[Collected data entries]
+--

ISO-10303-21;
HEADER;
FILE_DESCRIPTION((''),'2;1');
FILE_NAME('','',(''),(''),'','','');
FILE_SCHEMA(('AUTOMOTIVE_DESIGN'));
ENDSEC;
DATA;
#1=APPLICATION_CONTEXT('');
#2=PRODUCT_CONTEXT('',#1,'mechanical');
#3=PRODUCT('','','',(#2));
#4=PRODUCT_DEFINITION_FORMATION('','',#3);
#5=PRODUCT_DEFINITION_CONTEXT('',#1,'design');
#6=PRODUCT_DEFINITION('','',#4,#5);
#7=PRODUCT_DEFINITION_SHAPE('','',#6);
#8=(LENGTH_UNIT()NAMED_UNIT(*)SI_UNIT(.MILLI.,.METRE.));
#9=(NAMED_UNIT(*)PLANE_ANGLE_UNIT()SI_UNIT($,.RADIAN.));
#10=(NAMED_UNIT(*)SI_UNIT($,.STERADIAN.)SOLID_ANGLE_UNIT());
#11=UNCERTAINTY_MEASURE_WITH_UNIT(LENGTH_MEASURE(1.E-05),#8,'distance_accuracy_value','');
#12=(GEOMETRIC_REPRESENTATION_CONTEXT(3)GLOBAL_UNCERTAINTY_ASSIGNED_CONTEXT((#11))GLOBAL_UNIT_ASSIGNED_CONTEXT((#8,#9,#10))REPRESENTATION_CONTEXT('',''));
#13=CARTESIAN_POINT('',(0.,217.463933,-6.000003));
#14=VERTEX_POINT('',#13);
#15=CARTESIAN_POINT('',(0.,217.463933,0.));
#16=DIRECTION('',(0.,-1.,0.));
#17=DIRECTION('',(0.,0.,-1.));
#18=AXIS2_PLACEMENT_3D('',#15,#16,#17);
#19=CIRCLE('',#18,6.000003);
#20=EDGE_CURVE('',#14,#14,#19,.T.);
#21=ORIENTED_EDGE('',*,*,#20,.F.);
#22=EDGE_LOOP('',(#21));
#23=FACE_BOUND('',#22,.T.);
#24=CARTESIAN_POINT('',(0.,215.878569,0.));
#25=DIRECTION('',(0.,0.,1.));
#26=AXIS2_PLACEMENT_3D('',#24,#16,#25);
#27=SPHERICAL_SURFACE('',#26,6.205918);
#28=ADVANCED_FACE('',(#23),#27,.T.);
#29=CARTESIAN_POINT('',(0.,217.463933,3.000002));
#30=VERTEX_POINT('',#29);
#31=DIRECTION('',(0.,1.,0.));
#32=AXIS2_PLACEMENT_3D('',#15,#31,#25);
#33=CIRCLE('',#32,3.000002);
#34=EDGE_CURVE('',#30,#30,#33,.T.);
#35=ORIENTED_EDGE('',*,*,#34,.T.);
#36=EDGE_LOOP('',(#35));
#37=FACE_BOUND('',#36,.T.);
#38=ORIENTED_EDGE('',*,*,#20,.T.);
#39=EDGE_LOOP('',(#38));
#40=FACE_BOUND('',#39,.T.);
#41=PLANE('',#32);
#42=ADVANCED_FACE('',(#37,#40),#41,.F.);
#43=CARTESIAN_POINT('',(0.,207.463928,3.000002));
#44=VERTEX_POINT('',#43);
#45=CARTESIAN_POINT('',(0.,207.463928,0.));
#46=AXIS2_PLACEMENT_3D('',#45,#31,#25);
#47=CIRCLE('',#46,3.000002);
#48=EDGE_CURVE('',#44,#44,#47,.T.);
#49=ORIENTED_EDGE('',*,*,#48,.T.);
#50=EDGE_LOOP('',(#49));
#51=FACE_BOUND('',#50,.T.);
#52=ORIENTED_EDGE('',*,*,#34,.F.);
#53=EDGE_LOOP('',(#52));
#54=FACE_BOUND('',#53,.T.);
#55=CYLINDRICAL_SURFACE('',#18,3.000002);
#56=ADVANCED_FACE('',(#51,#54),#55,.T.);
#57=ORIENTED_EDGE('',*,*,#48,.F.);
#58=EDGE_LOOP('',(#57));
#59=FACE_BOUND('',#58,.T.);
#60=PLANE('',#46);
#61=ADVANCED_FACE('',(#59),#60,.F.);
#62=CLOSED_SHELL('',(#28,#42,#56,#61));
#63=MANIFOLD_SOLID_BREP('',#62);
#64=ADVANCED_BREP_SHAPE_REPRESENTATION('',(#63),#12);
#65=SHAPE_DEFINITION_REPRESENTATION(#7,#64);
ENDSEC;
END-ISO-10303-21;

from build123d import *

# Parameters (mm, degrees)
SKETCH1_R           = 76.2
BOSS_EXTRUDE1_DEPTH = 254
SCALE1_SCALE        = 0.0393701


with BuildPart() as part:
    # Sketch1 → Boss-Extrude1 (new body)
    with BuildSketch(Plane(origin=(0, 0, 0), x_dir=(1, 0, 0), z_dir=(0, 1, 0))):
        with Locations(Location((0, 0, 0), (0, 0, 270))):
            Circle(SKETCH1_R)
    extrude(amount=BOSS_EXTRUDE1_DEPTH)

    # Sketch2 → Revolve3 (revolve)
    with BuildSketch(Plane(origin=(0, 0, 0), x_dir=(0, 0, -1), z_dir=(1, 0, 0)), mode=Mode.PRIVATE) as revolve3_sk:
        with BuildLine():
            Line((0, 371.361992924), (0, 254))
            Line((0, 254), (76.2, 254))
            Line((76.2, 254), (152.4, 254))
            ThreePointArc((152.4, 254), (96.176397031, 338.621276033), (0, 371.361992924))
        make_face()
    revolve(revolve3_sk.sketch.rotate(Axis((0, 254, 0), (0, 1, 0)), 180), axis=Axis((0, 254, 0), (0, 1, 0)))


with BuildPart() as part_1:
    # Scale1: scaled about (0, 215.966552743, 0)
    add(part.part.scale(SCALE1_SCALE).moved(Location((0, 207.463927965, 0))))


solid = part_1.part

+--

Only the lines above starting with the one with "#13=CARTESIAN_POINT('',(0.,217.463933,-6.000003));" and going through the one with "#26=AXIS2_PLACEMENT_3D('',#24,#16,#25);" are to be copied, word for word and with both ends kept.

#13=CARTESIAN_POINT('',(0.,217.463933,-6.000003));
#14=VERTEX_POINT('',#13);
#15=CARTESIAN_POINT('',(0.,217.463933,0.));
#16=DIRECTION('',(0.,-1.,0.));
#17=DIRECTION('',(0.,0.,-1.));
#18=AXIS2_PLACEMENT_3D('',#15,#16,#17);
#19=CIRCLE('',#18,6.000003);
#20=EDGE_CURVE('',#14,#14,#19,.T.);
#21=ORIENTED_EDGE('',*,*,#20,.F.);
#22=EDGE_LOOP('',(#21));
#23=FACE_BOUND('',#22,.T.);
#24=CARTESIAN_POINT('',(0.,215.878569,0.));
#25=DIRECTION('',(0.,0.,1.));
#26=AXIS2_PLACEMENT_3D('',#24,#16,#25);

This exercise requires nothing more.